13.04.2022 - Senckenberg Gesellschaft für Naturforschung

Gefährliche Kunststoffe

Die Aufnahme von Mikroplastik kann evolutionäre Veränderungen auslösen

Es ist mit bloßem Auge als solches oft gar nicht zu erkennen und birgt Gefahren, die sich noch nicht genau einschätzen lassen: Mikroplastik gelangt in immer größeren Konzentrationen in die Umwelt und zersetzt sich nur sehr langsam. Die bis zu fünf Millimeter kleinen Kunststoff-Partikel werden durch Wasser und Wind verbreitet. Inzwischen wurde Mikroplastik bereits in allen Ökosystemen nachgewiesen, von der Tiefsee bis zu hochalpinen Gletschern. Sogar ins Gehirn, zum Beispiel von Säugetieren, können diese Partikel gelangen. Obwohl es immer mehr Hinweise darauf gibt, dass die Aufnahme von Mikroplastik – je nach Größe, Menge und Zusammensetzung – schädlich für Organismen sein könnte, ist der Grad der Gefährlichkeit noch nicht abschließend geklärt.

Dass Mikroplastik auch evolutionäre Veränderungen auslösen kann, zeigt nun zum ersten Mal ein internationales Team von Wissenschaftler*innen des LOEWE-Zentrums für Translationale Biodiversitätsgenomik (TBG), des Senckenberg Biodiversität und Klima Forschungszentrums Frankfurt (SBiK-F) und des Estnischen Nationallabors für Chemie und Physik. Ihre genomische Studie wurde im Fachmagazin „Chemosphere“ veröffentlicht. Demnach löst die Aufnahme von Mikroplastikpartikeln bei der Zuckmücke Chironomus riparius eine evolutionäre Anpassung aus. In einem Experiment über mehrere Mücken-Generationen wurden sie einer Konzentration von Mikroplastik ausgesetzt, wie sie auch in der Umwelt zu finden ist. Dabei zeigte sich zunächst ein Fitnessverlust, in der Form von Todesraten von bis zu 50 Prozent. Darauffolgend setzte jedoch eine interessante Entwicklung ein: Innerhalb von drei Generationen passten sich die Mücken an die Aufnahme des Schadstoffs an, so dass hinsichtlich der Überlebensraten kein Unterschied zur Kontrollgruppe mehr festzustellen war. Gleichzeitig wurden jedoch in ihrem gesamten Genom Veränderungen registriert, die sich als Grund für diese ungemein schnelle Anpassung deuten lassen.

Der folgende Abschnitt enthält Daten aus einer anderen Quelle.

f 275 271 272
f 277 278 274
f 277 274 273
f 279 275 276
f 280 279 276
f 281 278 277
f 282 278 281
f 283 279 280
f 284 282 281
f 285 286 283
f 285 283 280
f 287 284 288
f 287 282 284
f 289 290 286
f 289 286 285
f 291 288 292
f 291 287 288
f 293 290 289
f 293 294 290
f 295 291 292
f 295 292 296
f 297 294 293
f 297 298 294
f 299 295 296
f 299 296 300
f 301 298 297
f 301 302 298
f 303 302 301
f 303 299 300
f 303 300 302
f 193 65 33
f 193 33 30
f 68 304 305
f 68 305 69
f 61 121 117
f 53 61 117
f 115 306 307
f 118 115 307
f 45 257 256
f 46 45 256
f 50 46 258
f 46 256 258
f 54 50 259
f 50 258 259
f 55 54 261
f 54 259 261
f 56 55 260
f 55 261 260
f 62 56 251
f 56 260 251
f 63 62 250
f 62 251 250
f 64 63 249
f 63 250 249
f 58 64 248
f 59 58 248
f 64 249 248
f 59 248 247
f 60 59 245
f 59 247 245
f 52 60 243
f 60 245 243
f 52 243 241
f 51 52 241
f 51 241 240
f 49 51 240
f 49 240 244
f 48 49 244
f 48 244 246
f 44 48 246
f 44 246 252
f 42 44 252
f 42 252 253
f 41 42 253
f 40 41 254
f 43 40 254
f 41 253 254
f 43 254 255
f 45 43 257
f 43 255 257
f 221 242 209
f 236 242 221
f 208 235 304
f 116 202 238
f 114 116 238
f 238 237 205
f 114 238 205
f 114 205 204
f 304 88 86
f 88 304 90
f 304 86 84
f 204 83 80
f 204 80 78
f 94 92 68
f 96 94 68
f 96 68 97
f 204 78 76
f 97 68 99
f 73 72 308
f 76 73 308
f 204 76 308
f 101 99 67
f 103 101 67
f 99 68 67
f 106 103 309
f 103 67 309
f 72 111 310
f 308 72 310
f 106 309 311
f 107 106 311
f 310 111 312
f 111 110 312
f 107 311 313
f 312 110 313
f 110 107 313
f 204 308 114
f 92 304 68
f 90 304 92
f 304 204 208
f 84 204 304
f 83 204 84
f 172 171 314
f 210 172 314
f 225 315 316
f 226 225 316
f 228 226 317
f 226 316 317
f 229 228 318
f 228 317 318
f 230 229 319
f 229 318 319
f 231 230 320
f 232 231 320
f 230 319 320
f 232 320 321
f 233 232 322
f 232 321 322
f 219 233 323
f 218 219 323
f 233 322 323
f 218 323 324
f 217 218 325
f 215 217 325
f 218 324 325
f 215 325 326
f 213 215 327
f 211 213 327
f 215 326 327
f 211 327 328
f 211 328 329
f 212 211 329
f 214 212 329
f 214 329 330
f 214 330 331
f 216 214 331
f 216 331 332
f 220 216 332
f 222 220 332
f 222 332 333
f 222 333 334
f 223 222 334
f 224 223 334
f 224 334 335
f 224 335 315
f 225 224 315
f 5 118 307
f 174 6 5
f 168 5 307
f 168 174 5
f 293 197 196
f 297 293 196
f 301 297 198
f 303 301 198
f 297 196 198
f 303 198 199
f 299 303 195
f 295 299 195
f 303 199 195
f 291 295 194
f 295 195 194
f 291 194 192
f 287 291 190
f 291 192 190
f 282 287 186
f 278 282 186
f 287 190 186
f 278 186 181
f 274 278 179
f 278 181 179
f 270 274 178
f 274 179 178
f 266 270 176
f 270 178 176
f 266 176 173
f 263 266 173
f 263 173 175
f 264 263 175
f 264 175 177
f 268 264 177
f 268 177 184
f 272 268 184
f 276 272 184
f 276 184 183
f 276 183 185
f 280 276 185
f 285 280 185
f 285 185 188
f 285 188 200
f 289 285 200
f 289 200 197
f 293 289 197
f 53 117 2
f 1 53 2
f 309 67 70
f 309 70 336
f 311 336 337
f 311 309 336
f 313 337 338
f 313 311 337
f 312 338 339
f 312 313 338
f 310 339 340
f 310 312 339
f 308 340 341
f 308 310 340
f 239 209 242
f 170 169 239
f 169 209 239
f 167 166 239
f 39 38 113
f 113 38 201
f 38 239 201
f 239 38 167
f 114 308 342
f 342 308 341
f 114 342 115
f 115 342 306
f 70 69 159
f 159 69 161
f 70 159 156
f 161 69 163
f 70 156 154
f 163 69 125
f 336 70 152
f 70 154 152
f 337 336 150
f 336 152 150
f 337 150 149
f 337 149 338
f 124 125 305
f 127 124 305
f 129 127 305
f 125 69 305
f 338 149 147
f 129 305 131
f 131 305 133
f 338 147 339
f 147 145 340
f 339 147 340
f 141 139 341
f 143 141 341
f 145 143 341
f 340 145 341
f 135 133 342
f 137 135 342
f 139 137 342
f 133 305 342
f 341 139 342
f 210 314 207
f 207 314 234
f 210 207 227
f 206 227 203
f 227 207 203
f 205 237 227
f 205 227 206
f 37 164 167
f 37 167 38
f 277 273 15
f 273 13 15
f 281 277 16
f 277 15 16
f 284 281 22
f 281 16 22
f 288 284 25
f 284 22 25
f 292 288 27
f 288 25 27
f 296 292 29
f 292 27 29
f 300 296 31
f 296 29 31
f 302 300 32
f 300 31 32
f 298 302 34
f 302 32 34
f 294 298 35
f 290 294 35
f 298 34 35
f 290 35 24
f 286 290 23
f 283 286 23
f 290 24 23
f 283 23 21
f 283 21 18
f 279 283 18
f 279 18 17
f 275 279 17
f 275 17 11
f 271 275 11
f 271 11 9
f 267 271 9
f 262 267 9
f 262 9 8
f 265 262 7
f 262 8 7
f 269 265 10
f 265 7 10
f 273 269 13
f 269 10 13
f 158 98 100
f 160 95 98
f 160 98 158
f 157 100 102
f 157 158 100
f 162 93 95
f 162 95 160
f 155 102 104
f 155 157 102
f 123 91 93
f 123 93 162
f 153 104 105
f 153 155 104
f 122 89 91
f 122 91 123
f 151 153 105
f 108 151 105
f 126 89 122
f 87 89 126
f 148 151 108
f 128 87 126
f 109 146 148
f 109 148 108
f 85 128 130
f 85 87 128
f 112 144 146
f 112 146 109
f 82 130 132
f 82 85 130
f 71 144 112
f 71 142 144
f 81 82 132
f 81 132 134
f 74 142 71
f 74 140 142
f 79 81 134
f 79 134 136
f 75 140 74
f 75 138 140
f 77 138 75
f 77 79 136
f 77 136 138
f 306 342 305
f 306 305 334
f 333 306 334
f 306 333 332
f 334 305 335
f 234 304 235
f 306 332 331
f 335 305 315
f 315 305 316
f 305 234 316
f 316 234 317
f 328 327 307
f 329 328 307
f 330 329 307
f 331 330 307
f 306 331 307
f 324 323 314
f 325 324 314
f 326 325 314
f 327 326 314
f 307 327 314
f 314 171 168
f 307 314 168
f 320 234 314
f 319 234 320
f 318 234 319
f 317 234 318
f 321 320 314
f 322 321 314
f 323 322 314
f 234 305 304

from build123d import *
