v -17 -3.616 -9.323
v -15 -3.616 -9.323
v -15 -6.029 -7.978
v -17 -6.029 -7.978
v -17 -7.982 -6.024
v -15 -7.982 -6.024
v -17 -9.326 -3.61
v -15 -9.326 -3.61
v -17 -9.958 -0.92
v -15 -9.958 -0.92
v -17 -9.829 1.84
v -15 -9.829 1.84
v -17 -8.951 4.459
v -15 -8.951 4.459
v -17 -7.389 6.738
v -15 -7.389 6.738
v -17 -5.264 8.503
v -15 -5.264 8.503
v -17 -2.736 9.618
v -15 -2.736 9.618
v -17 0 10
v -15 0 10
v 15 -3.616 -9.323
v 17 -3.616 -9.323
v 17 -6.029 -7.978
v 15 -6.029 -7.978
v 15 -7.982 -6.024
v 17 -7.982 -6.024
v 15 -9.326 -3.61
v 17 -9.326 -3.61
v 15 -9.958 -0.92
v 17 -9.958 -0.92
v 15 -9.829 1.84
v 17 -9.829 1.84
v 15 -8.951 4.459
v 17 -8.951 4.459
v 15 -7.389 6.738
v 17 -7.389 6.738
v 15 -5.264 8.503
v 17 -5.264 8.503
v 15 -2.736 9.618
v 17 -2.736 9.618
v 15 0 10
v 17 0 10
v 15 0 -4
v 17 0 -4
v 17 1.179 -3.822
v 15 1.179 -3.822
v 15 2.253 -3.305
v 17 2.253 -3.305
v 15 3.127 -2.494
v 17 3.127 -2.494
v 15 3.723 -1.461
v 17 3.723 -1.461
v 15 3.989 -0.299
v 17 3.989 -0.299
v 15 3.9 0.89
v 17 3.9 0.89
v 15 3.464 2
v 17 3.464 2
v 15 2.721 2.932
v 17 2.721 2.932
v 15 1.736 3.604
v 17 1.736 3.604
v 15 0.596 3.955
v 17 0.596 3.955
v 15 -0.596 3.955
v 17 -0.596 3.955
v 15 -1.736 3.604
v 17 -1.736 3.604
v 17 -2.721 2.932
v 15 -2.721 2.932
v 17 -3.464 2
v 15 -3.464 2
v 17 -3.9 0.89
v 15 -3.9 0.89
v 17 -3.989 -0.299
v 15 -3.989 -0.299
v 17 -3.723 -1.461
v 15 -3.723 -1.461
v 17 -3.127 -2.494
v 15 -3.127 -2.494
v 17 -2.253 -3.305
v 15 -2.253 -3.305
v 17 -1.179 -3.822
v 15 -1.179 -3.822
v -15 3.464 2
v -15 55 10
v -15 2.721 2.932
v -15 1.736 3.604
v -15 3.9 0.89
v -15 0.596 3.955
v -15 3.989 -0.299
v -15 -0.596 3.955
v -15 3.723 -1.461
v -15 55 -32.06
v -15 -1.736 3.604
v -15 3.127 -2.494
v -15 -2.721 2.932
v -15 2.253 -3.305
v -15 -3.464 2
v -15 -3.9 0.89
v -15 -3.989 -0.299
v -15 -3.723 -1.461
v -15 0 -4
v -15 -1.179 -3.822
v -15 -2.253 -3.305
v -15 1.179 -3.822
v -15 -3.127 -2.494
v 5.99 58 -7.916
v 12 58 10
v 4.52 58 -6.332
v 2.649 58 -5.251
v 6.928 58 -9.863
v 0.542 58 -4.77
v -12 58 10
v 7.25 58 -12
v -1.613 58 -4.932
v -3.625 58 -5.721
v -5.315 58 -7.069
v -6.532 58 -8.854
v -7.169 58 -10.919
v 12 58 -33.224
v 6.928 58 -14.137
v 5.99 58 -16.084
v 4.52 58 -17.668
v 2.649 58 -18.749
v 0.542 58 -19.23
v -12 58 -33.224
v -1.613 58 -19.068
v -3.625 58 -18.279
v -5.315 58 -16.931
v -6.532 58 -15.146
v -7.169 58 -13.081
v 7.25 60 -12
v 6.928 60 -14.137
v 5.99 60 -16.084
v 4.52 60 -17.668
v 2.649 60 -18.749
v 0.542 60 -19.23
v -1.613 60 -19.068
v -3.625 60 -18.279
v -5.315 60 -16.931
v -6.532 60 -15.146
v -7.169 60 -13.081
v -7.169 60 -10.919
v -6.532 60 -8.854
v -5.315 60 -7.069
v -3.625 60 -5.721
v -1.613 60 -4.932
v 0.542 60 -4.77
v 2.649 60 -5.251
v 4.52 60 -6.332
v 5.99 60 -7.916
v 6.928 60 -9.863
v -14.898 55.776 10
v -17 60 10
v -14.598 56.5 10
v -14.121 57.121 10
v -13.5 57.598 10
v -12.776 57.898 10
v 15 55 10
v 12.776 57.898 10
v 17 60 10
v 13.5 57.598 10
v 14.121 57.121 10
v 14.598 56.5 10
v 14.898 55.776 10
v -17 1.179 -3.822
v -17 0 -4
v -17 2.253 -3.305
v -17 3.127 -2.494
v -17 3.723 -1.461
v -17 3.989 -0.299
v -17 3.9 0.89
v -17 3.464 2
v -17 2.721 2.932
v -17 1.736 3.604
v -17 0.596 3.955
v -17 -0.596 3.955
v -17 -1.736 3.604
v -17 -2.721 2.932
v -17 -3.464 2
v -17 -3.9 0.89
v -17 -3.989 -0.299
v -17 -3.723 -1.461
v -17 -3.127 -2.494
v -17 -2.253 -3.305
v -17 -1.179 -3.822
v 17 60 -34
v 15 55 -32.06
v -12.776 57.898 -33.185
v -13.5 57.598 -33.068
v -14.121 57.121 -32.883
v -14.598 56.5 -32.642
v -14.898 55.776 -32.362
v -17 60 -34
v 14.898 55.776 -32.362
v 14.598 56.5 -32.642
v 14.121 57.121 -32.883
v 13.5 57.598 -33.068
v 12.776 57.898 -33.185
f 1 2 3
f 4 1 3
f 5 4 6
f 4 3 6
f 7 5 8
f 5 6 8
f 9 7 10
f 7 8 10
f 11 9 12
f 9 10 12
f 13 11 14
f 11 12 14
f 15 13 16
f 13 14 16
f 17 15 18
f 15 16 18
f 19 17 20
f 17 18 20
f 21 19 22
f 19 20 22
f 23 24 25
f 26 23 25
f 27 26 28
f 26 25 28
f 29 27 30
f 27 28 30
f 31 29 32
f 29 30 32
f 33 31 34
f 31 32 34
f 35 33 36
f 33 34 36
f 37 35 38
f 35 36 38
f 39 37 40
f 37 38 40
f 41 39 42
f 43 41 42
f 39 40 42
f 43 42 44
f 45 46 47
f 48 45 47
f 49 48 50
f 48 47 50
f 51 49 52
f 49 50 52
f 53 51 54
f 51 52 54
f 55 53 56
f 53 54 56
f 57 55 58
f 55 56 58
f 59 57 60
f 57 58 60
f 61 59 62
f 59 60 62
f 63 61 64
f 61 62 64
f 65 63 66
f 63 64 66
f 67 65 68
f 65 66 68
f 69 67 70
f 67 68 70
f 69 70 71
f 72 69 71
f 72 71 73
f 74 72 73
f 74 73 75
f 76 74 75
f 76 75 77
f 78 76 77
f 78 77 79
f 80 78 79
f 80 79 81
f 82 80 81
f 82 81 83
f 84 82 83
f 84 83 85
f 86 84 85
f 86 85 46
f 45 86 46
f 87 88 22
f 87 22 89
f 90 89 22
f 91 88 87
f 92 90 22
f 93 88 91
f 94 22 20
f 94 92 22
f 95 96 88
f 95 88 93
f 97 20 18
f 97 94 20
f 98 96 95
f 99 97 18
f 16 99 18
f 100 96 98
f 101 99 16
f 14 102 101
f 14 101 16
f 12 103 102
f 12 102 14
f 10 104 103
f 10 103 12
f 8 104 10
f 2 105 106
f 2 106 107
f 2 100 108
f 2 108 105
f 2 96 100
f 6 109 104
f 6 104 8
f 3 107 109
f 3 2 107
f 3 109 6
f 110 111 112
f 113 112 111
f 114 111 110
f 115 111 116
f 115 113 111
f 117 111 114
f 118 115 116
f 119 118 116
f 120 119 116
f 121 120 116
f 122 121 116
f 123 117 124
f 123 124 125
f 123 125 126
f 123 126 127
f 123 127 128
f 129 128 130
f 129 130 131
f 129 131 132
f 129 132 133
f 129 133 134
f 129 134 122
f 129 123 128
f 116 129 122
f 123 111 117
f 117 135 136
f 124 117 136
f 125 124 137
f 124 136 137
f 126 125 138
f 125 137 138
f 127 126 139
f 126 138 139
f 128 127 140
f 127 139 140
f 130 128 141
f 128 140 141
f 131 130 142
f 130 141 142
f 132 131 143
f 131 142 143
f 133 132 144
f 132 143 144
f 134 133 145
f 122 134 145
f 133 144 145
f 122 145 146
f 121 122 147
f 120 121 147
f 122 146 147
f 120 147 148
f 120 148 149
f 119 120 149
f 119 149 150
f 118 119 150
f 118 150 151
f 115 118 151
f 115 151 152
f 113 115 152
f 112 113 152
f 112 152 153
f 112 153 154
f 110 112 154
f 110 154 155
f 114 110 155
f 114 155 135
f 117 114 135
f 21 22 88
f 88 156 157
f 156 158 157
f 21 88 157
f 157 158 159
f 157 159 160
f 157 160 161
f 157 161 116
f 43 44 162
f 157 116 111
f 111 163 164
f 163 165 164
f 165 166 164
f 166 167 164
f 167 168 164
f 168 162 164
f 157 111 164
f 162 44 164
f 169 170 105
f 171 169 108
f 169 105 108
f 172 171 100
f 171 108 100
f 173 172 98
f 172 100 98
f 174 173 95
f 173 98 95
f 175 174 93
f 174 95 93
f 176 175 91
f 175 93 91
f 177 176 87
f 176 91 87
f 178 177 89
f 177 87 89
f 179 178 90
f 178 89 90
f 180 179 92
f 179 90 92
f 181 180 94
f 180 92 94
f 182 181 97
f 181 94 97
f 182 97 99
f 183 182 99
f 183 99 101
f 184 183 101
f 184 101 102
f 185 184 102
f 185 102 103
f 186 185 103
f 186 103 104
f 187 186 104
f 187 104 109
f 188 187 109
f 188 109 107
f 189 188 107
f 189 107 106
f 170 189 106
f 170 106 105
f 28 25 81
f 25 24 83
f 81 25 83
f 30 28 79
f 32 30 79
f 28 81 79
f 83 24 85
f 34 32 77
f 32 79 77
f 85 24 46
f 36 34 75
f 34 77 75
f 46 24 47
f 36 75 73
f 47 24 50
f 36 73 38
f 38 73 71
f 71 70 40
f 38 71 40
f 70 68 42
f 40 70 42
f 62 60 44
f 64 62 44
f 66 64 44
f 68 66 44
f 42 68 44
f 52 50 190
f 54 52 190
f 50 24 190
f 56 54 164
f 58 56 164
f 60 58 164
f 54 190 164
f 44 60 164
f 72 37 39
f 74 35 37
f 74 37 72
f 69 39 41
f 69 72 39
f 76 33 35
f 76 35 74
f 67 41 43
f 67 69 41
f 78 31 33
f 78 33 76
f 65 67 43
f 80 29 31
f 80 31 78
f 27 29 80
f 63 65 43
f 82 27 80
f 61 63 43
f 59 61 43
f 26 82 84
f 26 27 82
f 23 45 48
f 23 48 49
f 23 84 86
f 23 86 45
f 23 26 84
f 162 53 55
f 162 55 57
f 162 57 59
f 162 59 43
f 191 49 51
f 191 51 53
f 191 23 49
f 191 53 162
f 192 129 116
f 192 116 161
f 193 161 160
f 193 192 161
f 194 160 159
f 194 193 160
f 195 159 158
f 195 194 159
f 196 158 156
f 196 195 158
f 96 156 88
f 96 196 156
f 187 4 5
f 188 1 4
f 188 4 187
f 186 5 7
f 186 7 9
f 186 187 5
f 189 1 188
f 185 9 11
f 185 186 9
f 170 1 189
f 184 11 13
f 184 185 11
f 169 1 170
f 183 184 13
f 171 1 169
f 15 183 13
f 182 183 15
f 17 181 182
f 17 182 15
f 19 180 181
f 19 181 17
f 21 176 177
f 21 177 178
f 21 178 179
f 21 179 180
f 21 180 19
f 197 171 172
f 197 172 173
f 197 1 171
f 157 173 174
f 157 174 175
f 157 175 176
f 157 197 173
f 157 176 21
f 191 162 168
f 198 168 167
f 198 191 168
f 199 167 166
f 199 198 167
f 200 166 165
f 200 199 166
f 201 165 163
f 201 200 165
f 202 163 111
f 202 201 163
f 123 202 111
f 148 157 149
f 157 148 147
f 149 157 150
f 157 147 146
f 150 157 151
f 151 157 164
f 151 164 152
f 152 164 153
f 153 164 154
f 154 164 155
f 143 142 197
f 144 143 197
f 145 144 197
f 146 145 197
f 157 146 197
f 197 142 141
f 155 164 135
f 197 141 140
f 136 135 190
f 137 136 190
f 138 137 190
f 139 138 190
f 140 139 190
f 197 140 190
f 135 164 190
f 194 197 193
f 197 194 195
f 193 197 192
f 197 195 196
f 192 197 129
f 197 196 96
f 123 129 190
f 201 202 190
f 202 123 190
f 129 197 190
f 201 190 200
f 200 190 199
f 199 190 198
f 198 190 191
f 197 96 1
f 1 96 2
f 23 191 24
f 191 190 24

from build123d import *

# Parameters (mm, degrees)
CROQUIS1_R                        = 4
SALIENTE_EXTRUIR1_DEPTH           = 34
CORTAR_EXTRUIR1_REACH             = 36
CORTAR_EXTRUIR1_DIRECTION_2_REACH = 12
CORTAR_EXTRUIR2_REACH             = 72
CROQUIS4_R                        = 7.25


with BuildPart() as part:
    # Croquis1 → Saliente-Extruir1 (new body)
    with BuildSketch(Plane(origin=(17, 0, 0), x_dir=(0, 0, -1), z_dir=(1, 0, 0))):
        with BuildLine():
            Line((-10, 0), (-10, 60))
            Line((-10, 60), (34, 60))
            Line((34, 60), (9.323156657, -3.616455439))
            ThreePointArc((9.323156657, -3.616455439), (-1.839624069, -9.8293328), (-10, 0))
        make_face()
        Circle(CROQUIS1_R, mode=Mode.SUBTRACT)
    extrude(amount=-SALIENTE_EXTRUIR1_DEPTH)

    # Croquis3 → Cortar-Extruir1 (cut, up to next)
    with BuildSketch(Plane.XY, mode=Mode.PRIVATE) as cortar_extruir1_sk1:
        with BuildLine():
            Line((-15, -10), (15, -10))
            Line((15, -10), (15, 55))
            ThreePointArc((15, 55), (14.121320344, 57.121320344), (12, 58))
            Line((12, 58), (-12, 58))
            ThreePointArc((-12, 58), (-14.121320344, 57.121320344), (-15, 55))
            Line((-15, 55), (-15, -10))
        make_face()
    cortar_extruir1_tool1 = extrude(cortar_extruir1_sk1.sketch, amount=-CORTAR_EXTRUIR1_REACH, mode=Mode.PRIVATE) & part.part
    add(cortar_extruir1_tool1.solids().sort_by_distance((0, 23.936769, 0))[0], mode=Mode.SUBTRACT)

    # Croquis3 → Cortar-Extruir1 direction 2 (cut, up to next)
    with BuildSketch(Plane.XY, mode=Mode.PRIVATE) as cortar_extruir1_direction_2_sk1:
        with BuildLine():
            Line((-15, -10), (15, -10))
            Line((15, -10), (15, 55))
            ThreePointArc((15, 55), (14.121320344, 57.121320344), (12, 58))
            Line((12, 58), (-12, 58))
            ThreePointArc((-12, 58), (-14.121320344, 57.121320344), (-15, 55))
            Line((-15, 55), (-15, -10))
        make_face()
    cortar_extruir1_direction_2_tool1 = extrude(cortar_extruir1_direction_2_sk1.sketch, amount=CORTAR_EXTRUIR1_DIRECTION_2_REACH, mode=Mode.PRIVATE) & part.part
    add(cortar_extruir1_direction_2_tool1.solids().sort_by_distance((0, 23.936769, 0))[0], mode=Mode.SUBTRACT)

    # Croquis4 → Cortar-Extruir2 (cut, up to next)
    with BuildSketch(Plane(origin=(0, 60, 0), x_dir=(1, 0, 0), z_dir=(0, 1, 0)), mode=Mode.PRIVATE) as cortar_extruir2_sk1:
        with Locations((0, 12)):
            Circle(CROQUIS4_R)
    cortar_extruir2_tool1 = extrude(cortar_extruir2_sk1.sketch, amount=-CORTAR_EXTRUIR2_REACH, mode=Mode.PRIVATE) & part.part
    add(cortar_extruir2_tool1.solids().sort_by_distance((0, 60, -12))[0], mode=Mode.SUBTRACT)


solid = part.part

Insbesondere zeigten diejenigen Gene Zeichen von evolutionärer Anpassung, die bei der Bekämpfung von Entzündungen und oxidativem Stress – einem stofflichen Ungleichgewicht in Zellen, das Reparatur- und Entgiftungsfunktionen beeinträchtigt – eine Rolle spielen.

Studien-Autorin Dr. Halina Binde Doria vom LOEWE-Zentrum TBG und dem SBIK-F ordnet die Ergebnisse ein: „Auch wenn sich die Zuckmücken sehr schnell an das Mikroplastik anpassen konnten, ist das nur teilweise eine gute Nachricht. Denn dies spiegelt möglicherweise nicht die Situation in natürlichen Populationen und Ökosystemen wider. Dazu müssen viele verschiedene Faktoren berücksichtigt werden.“ Zum einen zeige die Versuchssituation möglicherweise nicht alle negativen Auswirkungen von Mikroplastik auf das Überleben beziehungsweise die Vermehrungsrate, kurz die evolutionäre Fitness. So beeinflusse zum Beispiel die Aufnahme von Mikroplastikpartikeln direkt oder indirekt die Nährstoffaufnahme im Darm und könne in nährstoffarmen Phasen, zum Beispiel im Winter, negative Auswirkungen haben. Auch könne die Anpassung an Mikroplastik wichtige andere Anpassungen, wie etwa die Kontrolle der Mutationsrate, außer Kraft setzen. Darüber hinaus sei bekannt, dass sich nicht alle Arten so schnell anpassen könnten wie die Zuckmücken. Auf diese hätte Mikroplastik längerfristig schädliche Auswirkungen.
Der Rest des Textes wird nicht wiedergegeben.